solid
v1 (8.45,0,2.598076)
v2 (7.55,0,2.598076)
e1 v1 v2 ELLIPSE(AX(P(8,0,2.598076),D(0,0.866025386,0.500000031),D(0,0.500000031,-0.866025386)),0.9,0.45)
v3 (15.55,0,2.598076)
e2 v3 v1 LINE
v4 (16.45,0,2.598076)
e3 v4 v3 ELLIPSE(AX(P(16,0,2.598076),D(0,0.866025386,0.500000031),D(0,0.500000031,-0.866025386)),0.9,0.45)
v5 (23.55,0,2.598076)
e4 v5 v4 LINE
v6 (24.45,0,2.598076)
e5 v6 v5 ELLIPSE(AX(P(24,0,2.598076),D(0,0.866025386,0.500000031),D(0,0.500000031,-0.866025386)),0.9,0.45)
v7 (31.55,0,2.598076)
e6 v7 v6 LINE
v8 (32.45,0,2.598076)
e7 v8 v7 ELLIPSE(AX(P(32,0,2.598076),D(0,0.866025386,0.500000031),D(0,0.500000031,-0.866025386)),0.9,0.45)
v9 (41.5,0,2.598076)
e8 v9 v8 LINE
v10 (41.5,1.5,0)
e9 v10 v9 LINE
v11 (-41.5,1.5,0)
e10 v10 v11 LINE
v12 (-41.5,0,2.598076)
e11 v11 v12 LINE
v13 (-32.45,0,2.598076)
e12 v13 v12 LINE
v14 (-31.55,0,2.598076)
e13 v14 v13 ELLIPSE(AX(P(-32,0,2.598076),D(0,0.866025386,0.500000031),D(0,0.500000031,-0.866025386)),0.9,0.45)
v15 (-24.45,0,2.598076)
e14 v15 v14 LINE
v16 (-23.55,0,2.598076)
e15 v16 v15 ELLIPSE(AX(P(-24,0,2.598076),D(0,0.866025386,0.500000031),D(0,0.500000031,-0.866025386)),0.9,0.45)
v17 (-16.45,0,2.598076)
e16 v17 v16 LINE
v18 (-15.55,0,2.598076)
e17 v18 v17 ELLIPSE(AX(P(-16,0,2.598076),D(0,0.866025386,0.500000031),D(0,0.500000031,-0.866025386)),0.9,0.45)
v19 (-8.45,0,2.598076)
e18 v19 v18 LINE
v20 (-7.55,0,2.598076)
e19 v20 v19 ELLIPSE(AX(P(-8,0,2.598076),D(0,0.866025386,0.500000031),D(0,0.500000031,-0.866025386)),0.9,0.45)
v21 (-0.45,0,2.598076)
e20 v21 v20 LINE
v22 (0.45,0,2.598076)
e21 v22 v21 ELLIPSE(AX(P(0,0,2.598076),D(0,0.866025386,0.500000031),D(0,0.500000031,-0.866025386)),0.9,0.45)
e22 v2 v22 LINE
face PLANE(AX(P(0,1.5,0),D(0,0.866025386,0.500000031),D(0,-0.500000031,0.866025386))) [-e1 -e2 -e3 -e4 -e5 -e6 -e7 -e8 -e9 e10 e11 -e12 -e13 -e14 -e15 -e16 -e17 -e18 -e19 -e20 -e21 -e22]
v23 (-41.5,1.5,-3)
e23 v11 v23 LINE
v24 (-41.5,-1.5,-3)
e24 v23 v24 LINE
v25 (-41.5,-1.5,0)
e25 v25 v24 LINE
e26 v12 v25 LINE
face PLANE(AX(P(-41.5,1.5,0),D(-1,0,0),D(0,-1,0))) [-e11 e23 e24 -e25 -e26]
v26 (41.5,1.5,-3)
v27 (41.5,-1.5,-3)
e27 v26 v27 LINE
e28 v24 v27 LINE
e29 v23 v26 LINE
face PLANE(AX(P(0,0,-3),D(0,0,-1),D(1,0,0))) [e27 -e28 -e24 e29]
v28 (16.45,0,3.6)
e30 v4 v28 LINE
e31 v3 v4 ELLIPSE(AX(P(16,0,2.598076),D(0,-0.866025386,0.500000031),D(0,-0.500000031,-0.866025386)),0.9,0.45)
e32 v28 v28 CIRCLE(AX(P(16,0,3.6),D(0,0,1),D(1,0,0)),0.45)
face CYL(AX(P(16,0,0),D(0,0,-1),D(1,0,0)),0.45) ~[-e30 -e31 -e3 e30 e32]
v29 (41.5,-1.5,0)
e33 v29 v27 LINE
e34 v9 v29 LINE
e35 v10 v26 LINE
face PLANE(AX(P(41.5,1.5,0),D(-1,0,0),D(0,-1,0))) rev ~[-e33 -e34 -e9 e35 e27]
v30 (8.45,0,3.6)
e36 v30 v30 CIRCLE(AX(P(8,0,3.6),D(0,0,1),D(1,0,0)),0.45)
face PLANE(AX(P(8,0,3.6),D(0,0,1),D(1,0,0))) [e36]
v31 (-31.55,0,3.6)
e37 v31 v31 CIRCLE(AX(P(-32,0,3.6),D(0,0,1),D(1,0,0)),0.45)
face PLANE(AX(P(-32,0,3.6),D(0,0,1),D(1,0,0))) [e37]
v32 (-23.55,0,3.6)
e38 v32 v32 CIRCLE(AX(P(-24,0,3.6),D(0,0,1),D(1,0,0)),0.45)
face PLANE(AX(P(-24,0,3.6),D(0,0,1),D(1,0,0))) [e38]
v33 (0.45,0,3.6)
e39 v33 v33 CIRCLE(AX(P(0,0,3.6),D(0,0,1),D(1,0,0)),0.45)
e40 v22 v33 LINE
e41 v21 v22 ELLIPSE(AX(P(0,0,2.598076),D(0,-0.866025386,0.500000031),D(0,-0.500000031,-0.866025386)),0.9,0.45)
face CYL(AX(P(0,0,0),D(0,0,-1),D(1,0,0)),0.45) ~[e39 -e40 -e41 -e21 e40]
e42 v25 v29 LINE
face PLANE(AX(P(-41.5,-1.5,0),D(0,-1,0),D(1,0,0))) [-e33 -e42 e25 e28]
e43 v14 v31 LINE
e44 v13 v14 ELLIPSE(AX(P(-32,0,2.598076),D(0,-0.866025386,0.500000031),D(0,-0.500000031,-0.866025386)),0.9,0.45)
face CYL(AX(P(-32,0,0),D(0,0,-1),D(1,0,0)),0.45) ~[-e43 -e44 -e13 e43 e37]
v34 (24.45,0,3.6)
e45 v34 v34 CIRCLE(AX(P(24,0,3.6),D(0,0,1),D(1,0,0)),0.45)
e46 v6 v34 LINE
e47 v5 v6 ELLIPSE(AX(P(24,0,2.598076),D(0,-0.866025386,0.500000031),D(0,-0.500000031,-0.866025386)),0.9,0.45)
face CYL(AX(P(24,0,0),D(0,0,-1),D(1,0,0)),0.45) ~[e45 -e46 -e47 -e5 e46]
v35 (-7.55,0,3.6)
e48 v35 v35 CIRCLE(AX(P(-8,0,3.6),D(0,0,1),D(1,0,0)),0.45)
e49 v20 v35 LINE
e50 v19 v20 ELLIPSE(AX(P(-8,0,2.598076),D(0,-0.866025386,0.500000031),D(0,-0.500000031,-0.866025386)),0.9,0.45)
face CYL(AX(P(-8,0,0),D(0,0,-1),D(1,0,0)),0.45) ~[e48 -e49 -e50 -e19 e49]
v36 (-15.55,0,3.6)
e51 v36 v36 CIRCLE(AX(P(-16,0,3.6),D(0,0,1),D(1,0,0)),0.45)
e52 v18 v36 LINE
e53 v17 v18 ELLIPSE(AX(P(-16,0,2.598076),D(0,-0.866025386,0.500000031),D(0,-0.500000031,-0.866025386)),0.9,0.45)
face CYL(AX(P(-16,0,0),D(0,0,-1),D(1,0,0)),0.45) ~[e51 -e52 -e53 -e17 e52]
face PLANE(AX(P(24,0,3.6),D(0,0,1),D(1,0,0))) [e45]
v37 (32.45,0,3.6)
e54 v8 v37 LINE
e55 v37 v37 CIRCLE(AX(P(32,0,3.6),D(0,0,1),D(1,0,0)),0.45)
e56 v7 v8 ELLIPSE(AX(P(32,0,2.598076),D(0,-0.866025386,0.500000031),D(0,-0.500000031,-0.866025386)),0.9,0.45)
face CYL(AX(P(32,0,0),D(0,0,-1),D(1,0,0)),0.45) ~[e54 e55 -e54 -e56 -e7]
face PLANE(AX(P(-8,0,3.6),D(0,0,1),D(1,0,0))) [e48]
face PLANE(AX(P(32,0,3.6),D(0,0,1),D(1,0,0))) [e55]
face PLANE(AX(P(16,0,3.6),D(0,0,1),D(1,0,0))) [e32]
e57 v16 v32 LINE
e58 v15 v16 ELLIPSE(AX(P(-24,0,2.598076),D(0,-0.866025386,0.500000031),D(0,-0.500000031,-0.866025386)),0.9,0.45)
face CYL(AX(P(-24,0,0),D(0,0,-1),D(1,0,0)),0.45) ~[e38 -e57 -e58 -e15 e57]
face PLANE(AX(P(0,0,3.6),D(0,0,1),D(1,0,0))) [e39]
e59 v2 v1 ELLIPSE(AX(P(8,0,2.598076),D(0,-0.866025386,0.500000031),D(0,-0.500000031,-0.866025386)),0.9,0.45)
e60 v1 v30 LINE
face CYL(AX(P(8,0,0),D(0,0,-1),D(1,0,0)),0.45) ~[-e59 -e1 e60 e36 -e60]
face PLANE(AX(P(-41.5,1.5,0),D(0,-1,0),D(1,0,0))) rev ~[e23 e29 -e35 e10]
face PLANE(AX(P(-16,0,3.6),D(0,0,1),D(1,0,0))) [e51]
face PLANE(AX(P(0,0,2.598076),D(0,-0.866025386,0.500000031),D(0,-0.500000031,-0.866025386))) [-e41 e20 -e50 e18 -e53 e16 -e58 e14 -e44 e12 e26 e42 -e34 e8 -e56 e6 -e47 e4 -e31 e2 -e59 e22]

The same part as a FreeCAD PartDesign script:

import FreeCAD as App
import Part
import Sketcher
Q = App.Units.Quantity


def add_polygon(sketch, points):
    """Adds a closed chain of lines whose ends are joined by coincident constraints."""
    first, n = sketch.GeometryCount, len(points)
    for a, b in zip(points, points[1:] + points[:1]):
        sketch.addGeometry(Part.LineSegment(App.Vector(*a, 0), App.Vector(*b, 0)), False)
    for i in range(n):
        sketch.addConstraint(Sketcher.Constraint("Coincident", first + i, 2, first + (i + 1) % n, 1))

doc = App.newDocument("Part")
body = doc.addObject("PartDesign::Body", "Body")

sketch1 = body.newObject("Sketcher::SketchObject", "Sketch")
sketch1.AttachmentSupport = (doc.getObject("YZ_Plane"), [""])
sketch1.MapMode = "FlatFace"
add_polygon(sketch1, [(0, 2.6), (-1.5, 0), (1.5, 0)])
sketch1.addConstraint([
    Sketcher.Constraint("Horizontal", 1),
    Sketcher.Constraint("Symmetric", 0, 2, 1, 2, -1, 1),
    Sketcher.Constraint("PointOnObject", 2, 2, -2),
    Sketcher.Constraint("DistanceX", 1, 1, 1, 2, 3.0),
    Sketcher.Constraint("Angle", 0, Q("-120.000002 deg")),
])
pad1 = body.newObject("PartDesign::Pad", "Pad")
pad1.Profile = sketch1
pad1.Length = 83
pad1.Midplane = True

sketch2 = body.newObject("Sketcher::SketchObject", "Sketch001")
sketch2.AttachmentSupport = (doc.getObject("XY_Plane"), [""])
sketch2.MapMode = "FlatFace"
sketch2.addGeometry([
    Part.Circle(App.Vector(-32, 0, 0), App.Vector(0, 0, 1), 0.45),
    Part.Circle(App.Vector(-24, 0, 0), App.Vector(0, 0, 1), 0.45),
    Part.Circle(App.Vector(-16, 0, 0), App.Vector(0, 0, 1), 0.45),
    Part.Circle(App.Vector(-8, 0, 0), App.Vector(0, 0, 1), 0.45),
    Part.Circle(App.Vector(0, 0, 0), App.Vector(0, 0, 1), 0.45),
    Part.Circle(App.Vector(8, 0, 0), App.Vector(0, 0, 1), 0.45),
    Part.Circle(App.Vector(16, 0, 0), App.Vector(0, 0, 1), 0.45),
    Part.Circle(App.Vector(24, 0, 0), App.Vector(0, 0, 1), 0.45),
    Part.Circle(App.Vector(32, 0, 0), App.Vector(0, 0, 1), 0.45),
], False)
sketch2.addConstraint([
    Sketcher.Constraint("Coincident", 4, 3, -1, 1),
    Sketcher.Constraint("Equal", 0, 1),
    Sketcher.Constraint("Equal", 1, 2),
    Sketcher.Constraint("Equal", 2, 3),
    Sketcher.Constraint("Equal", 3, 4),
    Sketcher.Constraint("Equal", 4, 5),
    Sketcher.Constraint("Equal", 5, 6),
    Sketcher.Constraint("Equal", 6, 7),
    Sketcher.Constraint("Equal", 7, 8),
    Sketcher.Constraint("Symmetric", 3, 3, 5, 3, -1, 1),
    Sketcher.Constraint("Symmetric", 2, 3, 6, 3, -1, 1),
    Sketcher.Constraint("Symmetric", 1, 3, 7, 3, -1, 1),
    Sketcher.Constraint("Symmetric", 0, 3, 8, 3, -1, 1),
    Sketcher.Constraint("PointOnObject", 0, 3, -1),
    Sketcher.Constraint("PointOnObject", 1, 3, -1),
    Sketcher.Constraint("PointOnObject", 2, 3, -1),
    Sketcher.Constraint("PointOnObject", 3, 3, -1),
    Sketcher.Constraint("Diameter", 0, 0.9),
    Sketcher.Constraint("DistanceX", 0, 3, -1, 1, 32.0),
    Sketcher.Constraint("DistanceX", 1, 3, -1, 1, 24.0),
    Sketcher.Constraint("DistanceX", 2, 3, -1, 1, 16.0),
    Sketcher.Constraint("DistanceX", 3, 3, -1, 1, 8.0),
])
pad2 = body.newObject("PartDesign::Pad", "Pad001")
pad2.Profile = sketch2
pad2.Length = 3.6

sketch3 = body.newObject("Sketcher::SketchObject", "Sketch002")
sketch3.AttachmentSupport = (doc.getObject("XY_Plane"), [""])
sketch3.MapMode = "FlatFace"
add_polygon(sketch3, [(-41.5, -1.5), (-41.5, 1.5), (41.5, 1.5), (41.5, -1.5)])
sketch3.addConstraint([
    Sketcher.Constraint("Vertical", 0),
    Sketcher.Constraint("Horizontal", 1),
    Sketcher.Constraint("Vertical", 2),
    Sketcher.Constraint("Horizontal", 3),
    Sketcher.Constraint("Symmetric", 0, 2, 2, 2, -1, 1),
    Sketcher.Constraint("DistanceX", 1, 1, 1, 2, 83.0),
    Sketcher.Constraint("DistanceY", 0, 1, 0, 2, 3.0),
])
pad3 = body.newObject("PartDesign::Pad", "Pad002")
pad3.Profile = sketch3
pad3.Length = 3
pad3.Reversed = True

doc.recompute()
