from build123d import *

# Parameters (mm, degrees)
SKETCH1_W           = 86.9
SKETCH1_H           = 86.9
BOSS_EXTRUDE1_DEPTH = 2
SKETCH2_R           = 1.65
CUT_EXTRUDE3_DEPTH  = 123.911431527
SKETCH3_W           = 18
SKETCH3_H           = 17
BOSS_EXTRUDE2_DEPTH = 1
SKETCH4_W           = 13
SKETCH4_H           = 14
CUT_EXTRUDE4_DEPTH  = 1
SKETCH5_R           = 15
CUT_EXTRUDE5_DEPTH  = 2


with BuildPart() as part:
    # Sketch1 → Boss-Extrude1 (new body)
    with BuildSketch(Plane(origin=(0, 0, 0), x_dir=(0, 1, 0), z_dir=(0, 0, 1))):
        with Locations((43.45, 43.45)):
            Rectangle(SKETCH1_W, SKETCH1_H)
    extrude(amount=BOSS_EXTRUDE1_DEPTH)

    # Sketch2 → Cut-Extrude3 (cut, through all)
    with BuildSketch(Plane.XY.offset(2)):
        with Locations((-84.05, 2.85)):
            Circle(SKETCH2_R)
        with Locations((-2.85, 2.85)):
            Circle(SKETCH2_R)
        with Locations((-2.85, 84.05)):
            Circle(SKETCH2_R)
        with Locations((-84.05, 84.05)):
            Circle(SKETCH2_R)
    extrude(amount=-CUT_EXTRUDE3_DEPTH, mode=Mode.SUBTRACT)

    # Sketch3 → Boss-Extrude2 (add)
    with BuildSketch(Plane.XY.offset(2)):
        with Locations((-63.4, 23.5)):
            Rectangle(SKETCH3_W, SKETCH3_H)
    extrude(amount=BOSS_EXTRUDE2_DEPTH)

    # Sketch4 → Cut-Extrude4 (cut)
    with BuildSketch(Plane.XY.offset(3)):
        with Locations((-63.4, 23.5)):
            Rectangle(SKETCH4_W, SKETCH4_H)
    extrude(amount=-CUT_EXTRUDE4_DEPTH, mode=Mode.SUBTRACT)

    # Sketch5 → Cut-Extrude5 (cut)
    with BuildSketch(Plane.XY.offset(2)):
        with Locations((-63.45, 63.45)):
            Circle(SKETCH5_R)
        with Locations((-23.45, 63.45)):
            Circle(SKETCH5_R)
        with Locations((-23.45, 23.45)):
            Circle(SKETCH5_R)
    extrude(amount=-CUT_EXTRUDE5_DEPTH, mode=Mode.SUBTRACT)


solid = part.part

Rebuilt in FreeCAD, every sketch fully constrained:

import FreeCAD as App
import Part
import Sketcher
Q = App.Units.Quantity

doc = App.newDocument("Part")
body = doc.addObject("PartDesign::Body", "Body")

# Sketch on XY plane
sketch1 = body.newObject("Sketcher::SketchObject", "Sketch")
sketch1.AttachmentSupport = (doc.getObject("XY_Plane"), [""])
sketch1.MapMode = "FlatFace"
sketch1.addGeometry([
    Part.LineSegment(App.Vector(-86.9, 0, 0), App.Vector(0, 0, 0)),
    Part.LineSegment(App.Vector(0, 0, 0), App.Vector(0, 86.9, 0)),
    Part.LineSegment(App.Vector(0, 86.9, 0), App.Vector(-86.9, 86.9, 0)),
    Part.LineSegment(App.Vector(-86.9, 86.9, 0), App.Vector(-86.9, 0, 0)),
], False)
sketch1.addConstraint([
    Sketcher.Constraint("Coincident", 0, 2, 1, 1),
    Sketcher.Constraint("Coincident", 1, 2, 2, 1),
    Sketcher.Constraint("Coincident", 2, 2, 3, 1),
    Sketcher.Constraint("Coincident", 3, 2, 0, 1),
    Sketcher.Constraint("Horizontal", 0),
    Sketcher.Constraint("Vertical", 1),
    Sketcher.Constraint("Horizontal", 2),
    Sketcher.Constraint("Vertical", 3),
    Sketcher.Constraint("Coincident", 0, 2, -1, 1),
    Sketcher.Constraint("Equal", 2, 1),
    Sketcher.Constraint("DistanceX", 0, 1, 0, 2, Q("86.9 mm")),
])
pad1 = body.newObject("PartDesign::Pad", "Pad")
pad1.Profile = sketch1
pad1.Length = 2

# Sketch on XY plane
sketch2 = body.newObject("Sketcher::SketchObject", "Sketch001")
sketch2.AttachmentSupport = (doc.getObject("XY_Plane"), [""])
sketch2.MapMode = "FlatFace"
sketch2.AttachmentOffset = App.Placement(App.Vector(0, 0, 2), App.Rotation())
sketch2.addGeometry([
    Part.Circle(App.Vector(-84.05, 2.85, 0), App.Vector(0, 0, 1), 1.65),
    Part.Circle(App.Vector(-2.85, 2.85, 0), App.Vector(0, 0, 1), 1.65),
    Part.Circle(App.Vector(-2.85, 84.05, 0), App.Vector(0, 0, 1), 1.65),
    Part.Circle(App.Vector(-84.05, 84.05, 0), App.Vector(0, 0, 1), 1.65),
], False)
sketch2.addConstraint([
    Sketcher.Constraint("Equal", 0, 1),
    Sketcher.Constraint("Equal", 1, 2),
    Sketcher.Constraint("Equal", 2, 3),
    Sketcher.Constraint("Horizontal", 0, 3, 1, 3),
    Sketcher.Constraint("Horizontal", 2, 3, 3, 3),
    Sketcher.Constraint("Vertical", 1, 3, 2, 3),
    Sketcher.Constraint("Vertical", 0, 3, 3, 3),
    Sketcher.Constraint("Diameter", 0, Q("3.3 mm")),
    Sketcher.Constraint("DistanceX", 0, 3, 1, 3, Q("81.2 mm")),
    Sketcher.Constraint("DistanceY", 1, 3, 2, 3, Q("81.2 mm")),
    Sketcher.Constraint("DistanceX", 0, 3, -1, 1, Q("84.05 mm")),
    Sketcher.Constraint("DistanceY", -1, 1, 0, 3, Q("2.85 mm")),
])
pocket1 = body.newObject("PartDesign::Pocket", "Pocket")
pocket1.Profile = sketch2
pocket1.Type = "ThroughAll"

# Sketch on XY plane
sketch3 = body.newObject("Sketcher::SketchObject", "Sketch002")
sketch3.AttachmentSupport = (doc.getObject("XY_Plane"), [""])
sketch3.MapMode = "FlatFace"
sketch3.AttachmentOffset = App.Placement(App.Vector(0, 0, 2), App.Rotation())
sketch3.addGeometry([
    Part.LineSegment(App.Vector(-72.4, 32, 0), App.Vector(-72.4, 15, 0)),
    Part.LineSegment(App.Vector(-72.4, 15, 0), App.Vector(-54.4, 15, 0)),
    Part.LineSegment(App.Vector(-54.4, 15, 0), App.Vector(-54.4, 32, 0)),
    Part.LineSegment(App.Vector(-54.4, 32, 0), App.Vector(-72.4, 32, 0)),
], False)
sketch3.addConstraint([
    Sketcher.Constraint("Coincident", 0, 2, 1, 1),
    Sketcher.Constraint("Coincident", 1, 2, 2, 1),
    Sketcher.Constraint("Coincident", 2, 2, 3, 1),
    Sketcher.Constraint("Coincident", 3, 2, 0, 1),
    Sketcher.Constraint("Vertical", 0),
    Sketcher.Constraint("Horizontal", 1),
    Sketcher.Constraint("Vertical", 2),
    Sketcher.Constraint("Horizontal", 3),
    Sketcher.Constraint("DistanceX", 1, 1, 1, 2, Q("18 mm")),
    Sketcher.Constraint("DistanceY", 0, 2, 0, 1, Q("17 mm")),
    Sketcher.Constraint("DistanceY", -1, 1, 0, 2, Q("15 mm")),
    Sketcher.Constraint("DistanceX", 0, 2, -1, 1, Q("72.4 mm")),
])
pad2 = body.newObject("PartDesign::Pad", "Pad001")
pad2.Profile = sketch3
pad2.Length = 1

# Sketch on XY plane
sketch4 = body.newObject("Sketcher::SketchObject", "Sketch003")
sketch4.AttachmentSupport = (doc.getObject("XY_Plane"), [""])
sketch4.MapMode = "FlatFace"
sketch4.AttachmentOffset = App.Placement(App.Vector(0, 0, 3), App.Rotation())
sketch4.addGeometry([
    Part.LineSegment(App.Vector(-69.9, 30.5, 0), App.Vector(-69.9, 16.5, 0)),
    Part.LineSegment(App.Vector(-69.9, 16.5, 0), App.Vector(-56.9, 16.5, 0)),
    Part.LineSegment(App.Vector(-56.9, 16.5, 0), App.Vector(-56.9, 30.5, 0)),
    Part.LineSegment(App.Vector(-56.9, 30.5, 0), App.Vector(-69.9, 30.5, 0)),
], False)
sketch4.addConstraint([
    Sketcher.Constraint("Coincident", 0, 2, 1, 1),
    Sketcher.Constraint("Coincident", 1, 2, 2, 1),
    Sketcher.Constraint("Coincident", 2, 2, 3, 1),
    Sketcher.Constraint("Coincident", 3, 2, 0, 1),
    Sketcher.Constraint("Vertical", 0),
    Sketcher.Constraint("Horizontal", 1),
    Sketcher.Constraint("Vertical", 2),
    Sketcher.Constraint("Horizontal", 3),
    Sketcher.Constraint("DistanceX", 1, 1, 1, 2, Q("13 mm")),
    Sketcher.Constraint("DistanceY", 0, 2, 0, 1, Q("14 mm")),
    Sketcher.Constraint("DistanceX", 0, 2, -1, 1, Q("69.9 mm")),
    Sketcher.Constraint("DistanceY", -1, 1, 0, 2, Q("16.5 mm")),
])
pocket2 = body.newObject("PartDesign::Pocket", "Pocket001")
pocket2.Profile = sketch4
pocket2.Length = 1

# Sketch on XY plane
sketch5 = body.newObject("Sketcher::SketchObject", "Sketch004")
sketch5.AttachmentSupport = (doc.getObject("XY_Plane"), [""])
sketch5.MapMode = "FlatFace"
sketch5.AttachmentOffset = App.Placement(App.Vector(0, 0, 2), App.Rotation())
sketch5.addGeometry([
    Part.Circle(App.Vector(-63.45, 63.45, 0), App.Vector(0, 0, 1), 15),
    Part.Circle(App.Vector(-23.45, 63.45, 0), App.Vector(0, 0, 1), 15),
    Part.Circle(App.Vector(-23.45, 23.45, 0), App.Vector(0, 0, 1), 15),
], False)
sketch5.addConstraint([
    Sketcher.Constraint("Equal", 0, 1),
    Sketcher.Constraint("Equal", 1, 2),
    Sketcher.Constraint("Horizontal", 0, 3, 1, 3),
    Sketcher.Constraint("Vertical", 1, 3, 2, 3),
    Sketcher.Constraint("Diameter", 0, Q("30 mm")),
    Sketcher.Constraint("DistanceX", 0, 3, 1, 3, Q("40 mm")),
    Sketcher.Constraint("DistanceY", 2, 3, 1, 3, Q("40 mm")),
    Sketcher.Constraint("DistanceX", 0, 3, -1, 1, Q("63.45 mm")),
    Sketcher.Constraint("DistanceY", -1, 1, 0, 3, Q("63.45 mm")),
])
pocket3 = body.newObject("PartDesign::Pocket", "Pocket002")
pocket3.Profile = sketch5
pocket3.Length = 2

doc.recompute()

Aim of the task — Would you print exactly and only the lines of the material above that run from the line with "e11 v11 v12 LINE" through the line with "e14 v15 v14 LINE", both included?

Output —
e11 v11 v12 LINE
v13 (-32.45,0,2.598076)
e12 v13 v12 LINE
v14 (-31.55,0,2.598076)
e13 v14 v13 ELLIPSE(AX(P(-32,0,2.598076),D(0,0.866025386,0.500000031),D(0,0.500000031,-0.866025386)),0.9,0.45)
v15 (-24.45,0,2.598076)
e14 v15 v14 LINE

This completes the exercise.